The Shindō temple ruins with Oganji-ike tile kiln ruins (新堂廃寺跡附オガンジ池瓦窯跡, Shindō Haiji ato tsuketari Oganji-ike kawara kama ato), is an archaeological site with the ruins of a Hakuhō period Buddhist temple and roof tile kiln remnants located in the Midorigaoka-cho and Nakano-cho neighborhoods of the city of Tondabayashi, Osaka, Japan.
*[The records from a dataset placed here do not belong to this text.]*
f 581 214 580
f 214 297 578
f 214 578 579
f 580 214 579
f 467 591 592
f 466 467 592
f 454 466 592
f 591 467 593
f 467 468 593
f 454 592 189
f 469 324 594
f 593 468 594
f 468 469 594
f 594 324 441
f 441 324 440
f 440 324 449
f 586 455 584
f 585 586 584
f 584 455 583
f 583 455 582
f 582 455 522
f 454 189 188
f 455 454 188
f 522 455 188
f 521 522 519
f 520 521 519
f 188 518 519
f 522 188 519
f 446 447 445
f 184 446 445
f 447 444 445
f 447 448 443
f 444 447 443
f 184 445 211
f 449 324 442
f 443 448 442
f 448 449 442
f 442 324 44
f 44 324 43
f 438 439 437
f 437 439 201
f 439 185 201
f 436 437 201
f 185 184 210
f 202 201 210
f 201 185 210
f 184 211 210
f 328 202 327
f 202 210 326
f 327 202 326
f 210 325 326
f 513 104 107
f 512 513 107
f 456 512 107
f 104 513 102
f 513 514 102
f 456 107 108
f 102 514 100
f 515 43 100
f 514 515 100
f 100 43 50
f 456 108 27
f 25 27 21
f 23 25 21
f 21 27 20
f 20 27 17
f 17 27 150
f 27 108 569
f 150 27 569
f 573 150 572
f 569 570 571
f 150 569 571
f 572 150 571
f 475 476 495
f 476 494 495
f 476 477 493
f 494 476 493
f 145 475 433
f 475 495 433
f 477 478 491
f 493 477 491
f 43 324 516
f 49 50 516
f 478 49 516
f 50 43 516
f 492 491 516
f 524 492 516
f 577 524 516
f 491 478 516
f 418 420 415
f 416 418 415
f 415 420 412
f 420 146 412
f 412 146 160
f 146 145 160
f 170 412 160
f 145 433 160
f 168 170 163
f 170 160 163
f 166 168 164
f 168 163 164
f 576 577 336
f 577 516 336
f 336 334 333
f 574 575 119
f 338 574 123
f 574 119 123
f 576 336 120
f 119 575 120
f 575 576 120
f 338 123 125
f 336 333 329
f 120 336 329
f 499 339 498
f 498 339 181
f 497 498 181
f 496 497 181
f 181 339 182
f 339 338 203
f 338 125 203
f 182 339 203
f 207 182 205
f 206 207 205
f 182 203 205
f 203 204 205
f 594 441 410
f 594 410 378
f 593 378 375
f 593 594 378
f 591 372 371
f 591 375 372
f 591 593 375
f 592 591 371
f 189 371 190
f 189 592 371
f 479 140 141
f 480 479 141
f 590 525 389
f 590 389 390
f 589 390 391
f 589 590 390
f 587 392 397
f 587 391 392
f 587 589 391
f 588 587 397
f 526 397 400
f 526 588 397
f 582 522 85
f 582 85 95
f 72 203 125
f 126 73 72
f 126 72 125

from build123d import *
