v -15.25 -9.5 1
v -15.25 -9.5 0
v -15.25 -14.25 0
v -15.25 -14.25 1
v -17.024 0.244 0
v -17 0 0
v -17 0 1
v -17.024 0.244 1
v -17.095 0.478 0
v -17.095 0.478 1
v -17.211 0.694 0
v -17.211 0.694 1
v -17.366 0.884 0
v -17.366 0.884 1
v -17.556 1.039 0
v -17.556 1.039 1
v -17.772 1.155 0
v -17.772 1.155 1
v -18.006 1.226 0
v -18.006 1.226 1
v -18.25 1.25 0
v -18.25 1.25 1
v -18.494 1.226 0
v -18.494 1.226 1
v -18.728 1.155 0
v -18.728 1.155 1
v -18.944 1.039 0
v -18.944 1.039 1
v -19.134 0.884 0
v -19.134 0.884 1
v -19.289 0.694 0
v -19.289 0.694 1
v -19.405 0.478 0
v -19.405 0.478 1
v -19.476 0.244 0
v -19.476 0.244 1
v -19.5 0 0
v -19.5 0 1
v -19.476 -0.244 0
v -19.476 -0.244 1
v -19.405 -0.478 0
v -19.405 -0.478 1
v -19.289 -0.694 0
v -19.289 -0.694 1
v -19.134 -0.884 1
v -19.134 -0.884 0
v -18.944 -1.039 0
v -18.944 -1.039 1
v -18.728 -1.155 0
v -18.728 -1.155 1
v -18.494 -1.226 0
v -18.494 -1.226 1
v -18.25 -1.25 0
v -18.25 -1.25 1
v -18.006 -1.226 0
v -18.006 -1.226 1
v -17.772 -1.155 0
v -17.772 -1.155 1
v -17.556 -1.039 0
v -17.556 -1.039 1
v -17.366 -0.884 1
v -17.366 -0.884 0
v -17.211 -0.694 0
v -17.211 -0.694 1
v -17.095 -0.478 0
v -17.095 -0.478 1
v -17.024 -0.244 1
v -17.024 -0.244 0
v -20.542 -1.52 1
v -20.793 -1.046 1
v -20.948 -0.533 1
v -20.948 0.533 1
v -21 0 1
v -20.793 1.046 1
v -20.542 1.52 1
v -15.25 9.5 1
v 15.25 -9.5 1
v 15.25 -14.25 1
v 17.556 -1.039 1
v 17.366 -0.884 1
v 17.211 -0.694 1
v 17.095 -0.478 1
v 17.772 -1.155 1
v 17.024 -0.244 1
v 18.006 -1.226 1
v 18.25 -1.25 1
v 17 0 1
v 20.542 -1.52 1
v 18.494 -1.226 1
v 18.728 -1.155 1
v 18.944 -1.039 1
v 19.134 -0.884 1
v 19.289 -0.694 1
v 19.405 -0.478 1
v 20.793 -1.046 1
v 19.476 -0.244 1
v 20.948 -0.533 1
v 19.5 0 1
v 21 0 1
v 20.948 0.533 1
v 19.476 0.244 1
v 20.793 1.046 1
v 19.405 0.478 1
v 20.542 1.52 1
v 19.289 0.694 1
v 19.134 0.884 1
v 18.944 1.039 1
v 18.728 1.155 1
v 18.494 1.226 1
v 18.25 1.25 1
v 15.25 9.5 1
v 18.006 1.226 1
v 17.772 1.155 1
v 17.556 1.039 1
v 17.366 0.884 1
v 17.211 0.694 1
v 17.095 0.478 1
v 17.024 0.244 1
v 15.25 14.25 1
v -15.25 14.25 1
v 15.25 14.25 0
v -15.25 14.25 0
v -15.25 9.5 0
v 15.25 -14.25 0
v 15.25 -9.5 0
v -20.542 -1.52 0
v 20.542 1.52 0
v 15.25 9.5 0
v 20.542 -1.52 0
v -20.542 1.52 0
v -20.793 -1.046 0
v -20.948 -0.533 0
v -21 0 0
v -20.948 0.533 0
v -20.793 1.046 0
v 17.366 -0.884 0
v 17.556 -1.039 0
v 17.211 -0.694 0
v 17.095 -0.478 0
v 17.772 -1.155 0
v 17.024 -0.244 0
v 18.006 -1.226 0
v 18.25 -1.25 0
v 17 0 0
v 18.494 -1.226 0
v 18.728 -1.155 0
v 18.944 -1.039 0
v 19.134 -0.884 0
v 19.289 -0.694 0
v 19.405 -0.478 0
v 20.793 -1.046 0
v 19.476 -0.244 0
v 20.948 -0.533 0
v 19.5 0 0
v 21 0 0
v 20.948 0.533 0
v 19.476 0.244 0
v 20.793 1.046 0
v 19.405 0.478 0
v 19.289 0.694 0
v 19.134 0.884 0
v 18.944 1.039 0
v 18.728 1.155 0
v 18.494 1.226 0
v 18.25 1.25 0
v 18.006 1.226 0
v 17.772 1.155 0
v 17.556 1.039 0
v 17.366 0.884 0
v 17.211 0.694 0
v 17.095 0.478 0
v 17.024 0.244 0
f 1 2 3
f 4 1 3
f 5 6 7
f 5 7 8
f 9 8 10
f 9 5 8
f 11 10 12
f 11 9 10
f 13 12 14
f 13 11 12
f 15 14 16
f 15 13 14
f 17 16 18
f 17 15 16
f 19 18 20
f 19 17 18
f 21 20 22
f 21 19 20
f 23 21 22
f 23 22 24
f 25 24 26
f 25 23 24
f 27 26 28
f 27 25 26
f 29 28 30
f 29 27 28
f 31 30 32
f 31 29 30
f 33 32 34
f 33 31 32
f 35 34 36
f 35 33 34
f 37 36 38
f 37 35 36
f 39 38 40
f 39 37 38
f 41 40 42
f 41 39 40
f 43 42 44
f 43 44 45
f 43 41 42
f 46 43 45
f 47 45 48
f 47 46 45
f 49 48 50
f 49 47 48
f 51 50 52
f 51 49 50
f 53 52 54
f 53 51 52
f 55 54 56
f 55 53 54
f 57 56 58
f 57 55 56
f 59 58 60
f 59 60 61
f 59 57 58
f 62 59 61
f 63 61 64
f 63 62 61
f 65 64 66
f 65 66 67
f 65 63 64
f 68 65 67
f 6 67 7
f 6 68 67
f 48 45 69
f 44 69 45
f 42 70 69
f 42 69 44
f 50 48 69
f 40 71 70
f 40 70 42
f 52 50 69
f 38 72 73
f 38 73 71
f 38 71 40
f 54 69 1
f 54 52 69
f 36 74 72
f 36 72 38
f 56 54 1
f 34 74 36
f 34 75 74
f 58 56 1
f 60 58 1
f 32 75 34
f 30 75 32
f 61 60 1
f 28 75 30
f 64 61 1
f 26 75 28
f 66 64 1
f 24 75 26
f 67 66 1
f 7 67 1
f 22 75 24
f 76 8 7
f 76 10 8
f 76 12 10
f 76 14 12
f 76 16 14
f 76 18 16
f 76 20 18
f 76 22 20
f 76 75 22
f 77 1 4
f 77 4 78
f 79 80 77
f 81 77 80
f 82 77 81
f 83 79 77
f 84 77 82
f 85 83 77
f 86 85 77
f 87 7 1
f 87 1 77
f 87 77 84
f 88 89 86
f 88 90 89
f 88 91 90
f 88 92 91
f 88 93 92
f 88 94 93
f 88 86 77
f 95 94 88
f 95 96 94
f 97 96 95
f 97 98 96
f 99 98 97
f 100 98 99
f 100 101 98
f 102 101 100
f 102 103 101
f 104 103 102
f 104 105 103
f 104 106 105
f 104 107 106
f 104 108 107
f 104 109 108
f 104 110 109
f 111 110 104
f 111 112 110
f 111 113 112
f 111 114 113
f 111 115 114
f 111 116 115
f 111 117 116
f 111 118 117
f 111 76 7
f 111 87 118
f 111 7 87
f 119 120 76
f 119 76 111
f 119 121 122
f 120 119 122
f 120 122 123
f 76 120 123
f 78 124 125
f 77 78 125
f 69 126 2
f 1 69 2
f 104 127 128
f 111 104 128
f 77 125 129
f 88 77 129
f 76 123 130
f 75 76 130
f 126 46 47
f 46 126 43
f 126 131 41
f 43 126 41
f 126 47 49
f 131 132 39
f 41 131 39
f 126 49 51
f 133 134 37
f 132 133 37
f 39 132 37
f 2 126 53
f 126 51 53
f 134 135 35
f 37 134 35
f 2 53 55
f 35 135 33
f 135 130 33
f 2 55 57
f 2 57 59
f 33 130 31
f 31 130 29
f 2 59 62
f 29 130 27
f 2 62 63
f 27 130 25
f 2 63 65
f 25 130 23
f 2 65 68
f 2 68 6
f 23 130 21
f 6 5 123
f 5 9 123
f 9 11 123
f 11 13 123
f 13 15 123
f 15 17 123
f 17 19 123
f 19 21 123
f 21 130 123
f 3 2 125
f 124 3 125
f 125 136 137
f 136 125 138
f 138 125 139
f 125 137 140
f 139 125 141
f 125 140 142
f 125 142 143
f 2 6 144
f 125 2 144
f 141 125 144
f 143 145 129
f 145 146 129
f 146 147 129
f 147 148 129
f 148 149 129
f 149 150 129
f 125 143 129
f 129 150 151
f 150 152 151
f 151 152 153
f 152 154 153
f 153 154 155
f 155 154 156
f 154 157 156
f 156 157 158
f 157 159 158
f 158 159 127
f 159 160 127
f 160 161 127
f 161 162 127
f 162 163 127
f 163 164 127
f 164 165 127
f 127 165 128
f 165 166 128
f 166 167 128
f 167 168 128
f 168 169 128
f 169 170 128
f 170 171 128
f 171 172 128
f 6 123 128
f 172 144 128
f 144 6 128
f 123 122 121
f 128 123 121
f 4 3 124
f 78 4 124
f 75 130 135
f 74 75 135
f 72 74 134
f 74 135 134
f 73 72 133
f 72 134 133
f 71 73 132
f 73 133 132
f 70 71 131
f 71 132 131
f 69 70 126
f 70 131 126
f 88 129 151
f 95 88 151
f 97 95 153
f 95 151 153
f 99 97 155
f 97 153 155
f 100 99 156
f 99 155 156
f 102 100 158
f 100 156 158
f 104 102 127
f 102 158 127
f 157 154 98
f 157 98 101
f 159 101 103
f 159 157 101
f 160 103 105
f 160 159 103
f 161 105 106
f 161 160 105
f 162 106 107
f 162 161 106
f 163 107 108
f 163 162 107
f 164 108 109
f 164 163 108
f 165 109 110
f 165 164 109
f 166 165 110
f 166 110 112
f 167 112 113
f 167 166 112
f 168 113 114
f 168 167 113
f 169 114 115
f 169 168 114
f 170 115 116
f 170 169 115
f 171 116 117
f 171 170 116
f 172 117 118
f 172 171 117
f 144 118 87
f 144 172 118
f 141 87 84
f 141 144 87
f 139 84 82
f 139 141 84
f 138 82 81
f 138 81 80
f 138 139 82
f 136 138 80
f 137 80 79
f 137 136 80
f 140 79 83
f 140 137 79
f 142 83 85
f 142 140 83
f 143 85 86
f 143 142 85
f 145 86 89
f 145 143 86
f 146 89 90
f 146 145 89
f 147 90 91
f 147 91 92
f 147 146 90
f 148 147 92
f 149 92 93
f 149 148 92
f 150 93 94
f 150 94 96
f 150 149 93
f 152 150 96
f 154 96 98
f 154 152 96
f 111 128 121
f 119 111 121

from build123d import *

# Parameters (mm, degrees)
F0_R     = 1.25
F1_DEPTH = 1


with BuildPart() as f1:
    # F0 (on Top) → F1 (new body)
    with BuildSketch(Plane.XY):
        Polygon((15.25, 9.5), (15.25, 14.25), (-15.25, 14.25), (-15.25, 9.5), (-15.25, -9.5), (-15.25, -14.25), (15.25, -14.25), (15.25, -9.5), align=None)
        with BuildLine():
            Line((-15.25, -9.5), (-15.25, 9.5))
            Line((-15.25, 9.5), (-20.541877, 1.519803))
            ThreePointArc((-20.541877, 1.519803), (-21, 0), (-20.541877, -1.519803))
            Line((-20.541877, -1.519803), (-15.25, -9.5))
        make_face()
        with Locations((-18.25, 0)):
            Circle(F0_R, mode=Mode.SUBTRACT)
        with BuildLine():
            Line((20.541877, 1.519803), (15.25, 9.5))
            Line((15.25, 9.5), (15.25, -9.5))
            Line((15.25, -9.5), (20.541877, -1.519803))
            ThreePointArc((20.541877, -1.519803), (21, 0), (20.541877, 1.519803))
        make_face()
        with Locations((18.25, 0)):
            Circle(F0_R, mode=Mode.SUBTRACT)
    extrude(amount=F1_DEPTH)


solid = f1.part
The temple and kilns no longer exists, but the loctations were collectively designated as a National Historic Site in 2002 together with the Okameishi Kofun.

==Overview==
The Shindō temple ruins are located on a river terrace formed by Ishikawa, a tributary of the Yamato River at the foot of the Habikino hill in the southern part of the Osaka Plain. It has been known since the early twentieth century as a ruined temple site, as old roof tiles were scattered on ground, but it was not excavated until 1959. At that time, the foundation of four buildings rebuilt during the Hakuhō period were confirmed, and the foundations of a pagoda to the south. The layout of structures was patterned after Shitennō-ji in Osaka, with the Middle Gate, Pagoda, Main Hall and Lecture Hall all lined up in a row from south-to-north, with the cloiser connecting from the sides of the Middle Gate to the sides of the Lecture Hall, forming a courtyard which encloses the Pagoda and Main Hall. During the Tenpyō era (729-749), the temple was expanded, adding a South Gate, and additional East and West buildings connected to the cloister. The temple does not appear in historical documentation, so its true and history are unknown.

The Oganji-ike Tile Kiln Ruins is a semi-underground stepless climbing kiln located on the northeastern bank of Oganji Pond, about 500 meters northwest of the ruins of the Shindō Temple ruins.

The temple site is about a 20-minute walk from Tondabayashi Station on the Kintetsu Railway Kintetsu Nagano Line.